A good guide is like a tug boat. Tugs bring huge ocean liners into dock or set them out to sea, safely and reliably. A tug serves the liner, which has its own power but allows the tug to navigate in tight spaces. The tug is not the focus or the point, but the movement of the liner.

A skilled energy healer can can see or feel a client’s energy changing in response to verbal input. Skilled energy healers often become effective guides: If you can see the energy change as you talk, you refine your skill by seeing what is actually working.

In my healing practice I used to do more direct energy work and less discussion. Now I discuss the issues that will allow the client’s energy to shift as I begin to address energy symptoms–and accomplish more in the course of a session. Done accurately, the discussion IS direct energy work.

Energy work and effective guidance accelerate one another. Appropriate shifts and changes in your energy systems advance the speed at which you can respond to guidance and put it into practice.

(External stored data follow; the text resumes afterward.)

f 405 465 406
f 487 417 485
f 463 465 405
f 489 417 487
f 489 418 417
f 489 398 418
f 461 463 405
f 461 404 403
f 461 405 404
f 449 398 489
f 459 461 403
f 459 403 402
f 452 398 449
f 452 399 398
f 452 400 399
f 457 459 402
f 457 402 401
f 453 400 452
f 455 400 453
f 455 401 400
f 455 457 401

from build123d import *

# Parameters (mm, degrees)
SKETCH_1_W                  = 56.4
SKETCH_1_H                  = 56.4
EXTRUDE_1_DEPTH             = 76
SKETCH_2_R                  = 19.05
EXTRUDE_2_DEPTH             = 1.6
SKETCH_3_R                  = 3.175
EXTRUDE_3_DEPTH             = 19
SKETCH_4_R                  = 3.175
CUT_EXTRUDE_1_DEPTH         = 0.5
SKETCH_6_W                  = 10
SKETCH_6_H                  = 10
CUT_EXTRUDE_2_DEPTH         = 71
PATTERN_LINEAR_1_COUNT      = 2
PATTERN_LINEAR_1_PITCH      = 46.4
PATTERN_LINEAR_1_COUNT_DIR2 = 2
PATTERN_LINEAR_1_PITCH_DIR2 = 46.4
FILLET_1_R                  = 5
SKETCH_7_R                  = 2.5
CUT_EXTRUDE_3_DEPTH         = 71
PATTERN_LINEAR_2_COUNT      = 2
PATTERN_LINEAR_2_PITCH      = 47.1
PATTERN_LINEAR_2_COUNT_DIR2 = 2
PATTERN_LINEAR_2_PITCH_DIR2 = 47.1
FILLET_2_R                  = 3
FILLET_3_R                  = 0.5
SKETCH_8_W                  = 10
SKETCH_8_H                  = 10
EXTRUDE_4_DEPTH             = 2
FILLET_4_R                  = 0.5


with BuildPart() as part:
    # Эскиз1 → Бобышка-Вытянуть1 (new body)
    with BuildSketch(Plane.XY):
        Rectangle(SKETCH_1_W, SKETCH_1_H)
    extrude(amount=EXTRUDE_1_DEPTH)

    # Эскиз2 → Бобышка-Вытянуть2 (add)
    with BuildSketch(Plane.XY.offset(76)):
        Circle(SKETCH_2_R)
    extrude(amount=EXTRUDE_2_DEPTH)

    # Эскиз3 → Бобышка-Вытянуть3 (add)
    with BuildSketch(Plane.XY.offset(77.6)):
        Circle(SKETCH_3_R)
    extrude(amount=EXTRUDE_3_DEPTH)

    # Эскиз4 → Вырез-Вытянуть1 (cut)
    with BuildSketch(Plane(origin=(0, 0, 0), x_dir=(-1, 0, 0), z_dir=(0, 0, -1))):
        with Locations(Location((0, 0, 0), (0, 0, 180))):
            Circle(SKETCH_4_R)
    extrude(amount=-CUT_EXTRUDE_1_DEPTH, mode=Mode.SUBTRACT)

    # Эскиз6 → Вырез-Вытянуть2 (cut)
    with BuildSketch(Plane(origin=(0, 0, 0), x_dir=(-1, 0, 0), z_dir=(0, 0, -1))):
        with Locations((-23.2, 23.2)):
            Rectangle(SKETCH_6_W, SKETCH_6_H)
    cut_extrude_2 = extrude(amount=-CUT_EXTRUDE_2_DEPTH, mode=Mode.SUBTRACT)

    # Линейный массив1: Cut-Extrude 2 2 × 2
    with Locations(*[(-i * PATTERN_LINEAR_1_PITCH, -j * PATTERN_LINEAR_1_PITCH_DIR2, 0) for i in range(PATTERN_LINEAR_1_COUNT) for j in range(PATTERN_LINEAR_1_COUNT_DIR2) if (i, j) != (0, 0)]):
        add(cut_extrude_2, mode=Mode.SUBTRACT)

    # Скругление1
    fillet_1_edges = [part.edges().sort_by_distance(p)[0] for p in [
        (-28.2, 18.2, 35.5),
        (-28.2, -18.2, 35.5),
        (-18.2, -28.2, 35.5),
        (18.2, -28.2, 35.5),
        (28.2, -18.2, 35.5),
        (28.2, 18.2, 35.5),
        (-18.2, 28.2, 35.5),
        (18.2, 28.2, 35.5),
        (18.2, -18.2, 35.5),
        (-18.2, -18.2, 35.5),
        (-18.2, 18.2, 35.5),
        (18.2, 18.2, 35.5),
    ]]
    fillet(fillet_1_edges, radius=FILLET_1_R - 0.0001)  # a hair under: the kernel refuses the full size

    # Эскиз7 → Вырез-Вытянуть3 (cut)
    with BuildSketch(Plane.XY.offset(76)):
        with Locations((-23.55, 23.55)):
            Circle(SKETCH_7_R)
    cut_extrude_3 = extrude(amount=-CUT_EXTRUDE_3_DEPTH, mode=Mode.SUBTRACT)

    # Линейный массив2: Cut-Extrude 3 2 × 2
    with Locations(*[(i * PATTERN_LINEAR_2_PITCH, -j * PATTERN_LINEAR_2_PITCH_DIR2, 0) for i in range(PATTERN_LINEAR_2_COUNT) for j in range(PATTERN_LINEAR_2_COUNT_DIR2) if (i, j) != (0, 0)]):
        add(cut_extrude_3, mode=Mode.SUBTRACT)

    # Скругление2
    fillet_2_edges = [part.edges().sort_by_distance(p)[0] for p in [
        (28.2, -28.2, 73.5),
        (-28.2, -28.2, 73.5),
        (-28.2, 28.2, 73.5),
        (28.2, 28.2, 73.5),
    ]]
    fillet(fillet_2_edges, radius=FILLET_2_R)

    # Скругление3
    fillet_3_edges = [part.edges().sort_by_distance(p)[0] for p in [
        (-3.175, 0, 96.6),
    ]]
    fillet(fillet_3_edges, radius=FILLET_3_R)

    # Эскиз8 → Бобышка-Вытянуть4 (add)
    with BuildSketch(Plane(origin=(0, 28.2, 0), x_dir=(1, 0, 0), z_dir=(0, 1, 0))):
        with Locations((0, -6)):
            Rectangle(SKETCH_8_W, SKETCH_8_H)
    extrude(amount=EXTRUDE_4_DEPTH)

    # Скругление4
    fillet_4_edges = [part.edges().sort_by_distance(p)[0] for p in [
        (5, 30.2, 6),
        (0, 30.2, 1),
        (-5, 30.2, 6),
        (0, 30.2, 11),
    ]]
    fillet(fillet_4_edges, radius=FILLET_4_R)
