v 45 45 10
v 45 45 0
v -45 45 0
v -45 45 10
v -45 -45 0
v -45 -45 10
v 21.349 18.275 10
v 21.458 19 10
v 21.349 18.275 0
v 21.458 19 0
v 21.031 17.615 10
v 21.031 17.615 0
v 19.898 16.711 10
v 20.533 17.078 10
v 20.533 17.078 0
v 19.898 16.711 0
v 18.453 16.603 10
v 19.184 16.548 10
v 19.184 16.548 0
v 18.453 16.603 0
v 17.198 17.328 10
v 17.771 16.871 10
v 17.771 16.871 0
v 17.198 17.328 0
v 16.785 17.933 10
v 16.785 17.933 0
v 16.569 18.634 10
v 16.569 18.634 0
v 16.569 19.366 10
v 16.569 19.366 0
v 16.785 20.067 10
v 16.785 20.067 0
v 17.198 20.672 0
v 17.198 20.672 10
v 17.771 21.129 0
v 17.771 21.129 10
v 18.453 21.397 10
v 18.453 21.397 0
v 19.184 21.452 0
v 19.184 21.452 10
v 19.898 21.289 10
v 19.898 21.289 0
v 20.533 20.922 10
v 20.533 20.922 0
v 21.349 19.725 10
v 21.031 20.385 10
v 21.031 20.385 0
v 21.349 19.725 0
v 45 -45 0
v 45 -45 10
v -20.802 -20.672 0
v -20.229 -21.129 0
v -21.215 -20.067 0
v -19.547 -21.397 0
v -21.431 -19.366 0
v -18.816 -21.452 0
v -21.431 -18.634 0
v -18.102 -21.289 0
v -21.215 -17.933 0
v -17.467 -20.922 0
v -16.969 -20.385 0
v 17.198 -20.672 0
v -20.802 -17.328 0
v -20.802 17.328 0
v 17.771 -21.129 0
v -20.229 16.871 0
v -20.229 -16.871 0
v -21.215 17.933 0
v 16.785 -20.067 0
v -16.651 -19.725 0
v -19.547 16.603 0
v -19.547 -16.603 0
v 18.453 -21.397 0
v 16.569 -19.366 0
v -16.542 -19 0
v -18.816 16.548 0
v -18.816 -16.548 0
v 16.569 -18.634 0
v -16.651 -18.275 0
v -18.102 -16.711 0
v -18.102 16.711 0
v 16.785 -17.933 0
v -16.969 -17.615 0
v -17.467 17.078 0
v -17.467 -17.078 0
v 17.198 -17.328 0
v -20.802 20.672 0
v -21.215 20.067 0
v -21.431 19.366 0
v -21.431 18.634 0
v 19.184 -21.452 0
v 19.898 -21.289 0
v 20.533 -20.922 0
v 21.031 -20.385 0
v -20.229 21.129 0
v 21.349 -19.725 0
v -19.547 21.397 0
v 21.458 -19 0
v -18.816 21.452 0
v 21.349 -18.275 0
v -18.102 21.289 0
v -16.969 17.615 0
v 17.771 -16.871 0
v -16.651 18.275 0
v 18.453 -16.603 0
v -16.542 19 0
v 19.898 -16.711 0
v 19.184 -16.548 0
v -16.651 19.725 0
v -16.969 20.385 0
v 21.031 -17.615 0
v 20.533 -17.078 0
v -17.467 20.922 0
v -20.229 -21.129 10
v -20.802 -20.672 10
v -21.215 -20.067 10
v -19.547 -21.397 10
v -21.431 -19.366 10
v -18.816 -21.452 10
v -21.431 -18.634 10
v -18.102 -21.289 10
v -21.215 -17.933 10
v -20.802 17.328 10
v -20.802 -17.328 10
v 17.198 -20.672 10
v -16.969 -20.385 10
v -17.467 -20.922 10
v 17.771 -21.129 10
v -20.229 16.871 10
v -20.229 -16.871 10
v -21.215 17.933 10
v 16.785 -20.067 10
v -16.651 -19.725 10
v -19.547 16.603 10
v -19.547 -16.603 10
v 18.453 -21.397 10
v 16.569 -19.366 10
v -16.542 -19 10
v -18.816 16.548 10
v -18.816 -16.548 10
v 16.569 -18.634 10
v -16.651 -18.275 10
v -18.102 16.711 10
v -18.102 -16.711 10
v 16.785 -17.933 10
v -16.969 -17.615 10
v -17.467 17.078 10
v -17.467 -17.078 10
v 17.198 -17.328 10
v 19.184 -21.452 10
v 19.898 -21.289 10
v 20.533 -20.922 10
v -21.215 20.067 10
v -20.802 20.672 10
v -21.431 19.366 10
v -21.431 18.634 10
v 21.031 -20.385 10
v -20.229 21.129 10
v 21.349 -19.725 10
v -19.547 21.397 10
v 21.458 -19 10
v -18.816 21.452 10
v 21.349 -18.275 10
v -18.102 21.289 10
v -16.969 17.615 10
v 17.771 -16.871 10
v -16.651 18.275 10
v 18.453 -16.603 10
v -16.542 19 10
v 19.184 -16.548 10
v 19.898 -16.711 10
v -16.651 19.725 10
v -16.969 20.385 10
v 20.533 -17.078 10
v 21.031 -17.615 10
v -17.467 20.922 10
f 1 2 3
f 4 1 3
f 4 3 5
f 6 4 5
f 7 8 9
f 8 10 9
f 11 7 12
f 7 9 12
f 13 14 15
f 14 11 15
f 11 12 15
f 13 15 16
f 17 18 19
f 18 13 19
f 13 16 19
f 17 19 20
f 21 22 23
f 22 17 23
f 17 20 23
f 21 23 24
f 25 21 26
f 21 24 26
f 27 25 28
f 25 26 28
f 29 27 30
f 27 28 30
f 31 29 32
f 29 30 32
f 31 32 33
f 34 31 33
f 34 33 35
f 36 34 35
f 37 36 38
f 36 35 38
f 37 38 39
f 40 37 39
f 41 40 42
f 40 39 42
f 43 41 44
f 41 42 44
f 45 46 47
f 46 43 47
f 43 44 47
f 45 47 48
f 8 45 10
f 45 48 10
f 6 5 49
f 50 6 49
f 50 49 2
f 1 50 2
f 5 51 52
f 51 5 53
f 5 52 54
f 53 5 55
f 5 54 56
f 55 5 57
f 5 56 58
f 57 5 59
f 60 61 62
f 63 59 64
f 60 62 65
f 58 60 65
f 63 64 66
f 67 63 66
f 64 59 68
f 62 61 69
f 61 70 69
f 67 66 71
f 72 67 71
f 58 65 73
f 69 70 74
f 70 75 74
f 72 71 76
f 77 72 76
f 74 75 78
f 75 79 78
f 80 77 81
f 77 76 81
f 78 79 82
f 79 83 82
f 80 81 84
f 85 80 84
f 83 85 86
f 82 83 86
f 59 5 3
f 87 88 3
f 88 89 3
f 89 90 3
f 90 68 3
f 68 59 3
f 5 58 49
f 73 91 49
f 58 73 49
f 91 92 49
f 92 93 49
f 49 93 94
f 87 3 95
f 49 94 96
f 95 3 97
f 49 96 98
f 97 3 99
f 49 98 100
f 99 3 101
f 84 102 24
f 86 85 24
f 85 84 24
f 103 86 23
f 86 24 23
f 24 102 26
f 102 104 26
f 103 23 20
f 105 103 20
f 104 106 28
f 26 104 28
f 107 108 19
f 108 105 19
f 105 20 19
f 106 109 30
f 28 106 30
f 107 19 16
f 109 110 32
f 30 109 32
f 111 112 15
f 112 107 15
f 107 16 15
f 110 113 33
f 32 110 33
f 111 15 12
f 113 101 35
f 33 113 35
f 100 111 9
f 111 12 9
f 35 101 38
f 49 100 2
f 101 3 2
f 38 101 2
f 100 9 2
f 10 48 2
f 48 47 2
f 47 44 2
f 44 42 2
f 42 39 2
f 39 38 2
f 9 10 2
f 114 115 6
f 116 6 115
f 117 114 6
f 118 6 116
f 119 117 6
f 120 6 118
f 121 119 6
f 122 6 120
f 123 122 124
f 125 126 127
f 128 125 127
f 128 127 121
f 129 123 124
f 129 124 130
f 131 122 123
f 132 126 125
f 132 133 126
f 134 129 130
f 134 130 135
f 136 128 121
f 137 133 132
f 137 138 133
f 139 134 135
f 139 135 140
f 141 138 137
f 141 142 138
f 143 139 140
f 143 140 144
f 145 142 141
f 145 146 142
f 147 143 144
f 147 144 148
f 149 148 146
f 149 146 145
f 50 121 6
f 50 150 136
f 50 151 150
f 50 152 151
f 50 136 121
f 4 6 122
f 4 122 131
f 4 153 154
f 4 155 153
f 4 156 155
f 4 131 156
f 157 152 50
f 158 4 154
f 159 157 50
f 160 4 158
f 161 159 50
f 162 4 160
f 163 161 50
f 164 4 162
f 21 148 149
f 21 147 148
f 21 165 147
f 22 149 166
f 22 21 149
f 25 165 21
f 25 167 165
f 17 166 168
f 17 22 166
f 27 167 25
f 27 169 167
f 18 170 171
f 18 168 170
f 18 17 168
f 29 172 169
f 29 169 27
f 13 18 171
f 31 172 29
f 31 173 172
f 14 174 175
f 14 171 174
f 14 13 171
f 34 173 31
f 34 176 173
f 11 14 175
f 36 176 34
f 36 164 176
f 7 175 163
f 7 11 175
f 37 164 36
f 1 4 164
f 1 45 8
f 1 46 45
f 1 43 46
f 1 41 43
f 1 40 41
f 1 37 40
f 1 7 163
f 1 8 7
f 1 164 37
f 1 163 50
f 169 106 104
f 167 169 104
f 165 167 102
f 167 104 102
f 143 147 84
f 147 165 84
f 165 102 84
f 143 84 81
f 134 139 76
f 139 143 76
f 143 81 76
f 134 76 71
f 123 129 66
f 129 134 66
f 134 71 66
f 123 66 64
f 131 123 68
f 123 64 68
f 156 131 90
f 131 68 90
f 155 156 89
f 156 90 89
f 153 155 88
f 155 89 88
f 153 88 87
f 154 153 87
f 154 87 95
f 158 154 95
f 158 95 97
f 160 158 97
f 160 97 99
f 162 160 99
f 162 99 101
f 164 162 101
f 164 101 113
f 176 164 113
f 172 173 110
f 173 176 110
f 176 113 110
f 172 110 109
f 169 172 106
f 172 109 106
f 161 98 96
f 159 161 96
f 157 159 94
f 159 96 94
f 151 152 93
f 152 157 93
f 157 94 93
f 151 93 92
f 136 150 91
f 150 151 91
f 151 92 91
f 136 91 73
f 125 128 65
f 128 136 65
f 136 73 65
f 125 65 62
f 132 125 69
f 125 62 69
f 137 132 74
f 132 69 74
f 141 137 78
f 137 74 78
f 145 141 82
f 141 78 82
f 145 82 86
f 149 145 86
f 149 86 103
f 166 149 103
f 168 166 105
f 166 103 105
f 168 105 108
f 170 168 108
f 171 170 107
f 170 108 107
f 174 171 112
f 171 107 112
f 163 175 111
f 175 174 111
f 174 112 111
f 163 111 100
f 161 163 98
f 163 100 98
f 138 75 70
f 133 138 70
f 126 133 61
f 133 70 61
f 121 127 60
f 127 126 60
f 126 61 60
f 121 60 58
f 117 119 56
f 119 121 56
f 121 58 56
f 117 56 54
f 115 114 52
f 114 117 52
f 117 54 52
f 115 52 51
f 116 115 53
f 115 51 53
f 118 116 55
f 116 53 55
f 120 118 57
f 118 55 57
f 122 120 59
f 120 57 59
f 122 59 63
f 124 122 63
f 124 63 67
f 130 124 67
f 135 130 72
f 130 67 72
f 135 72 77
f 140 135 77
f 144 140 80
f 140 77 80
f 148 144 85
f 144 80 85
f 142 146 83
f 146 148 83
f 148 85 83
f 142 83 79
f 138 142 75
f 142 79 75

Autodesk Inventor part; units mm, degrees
ref_plane "YZ Plane" through (0, 0, 0) normal (1, 0, 0) x (0, 1, 0)
ref_plane "XZ Plane" through (0, 0, 0) normal (0, 1, 0) x (-1, 0, 0)
ref_plane "XY Plane" through (0, 0, 0) normal (0, 0, 1) x (1, 0, 0)
ref_plane "Work Plane1" through (0, 0, 0) normal (0, 0, 1) x (1, 0, 0)
sketch "Sketch1" plane through (0, 0, 0) normal (0, 0, 1) x (1, 0, 0)
  line L0 (45, 45) -> (-45, 45)
  line L1 (-45, 45) -> (-45, -45)
  line L2 (-45, -45) -> (45, -45)
  line L3 (45, -45) -> (45, 45)
  line L4 (45, 45) -> (-45, -45) construction
  line L5 (-45, 45) -> (45, -45) construction
  circle A0 centre (19, 19) radius 2.4585 projected
  circle A1 centre (19, -19) radius 2.4585 projected
  circle A2 centre (-19, -19) radius 2.4585 projected
  circle A3 centre (-19, 19) radius 2.4585 projected
  point P0 (0, 0)
  point P1 (0, 0)
  dimension "d0" = 90
  dimension "d1" = 90
extrude "Extrusion1" add sketch "Sketch1" along normal blind 10
properties part number "Sujeción Cilindro Cortadora"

Energy interventions and Guidance work together when you work on your self too. Working with your energy assists intuition. For example, you may practice Qi Gong, visualize cleansing your fields, or balance your chakras and find that you get strong intuitive hits during or after your practice. Your intuition will also assist you in directing your energy practice.

What have YOU noticed about the way energy practice or therapies impact your intuition and your ability to apply your insights in daily life?

What makes YOU trust your intuition when you do?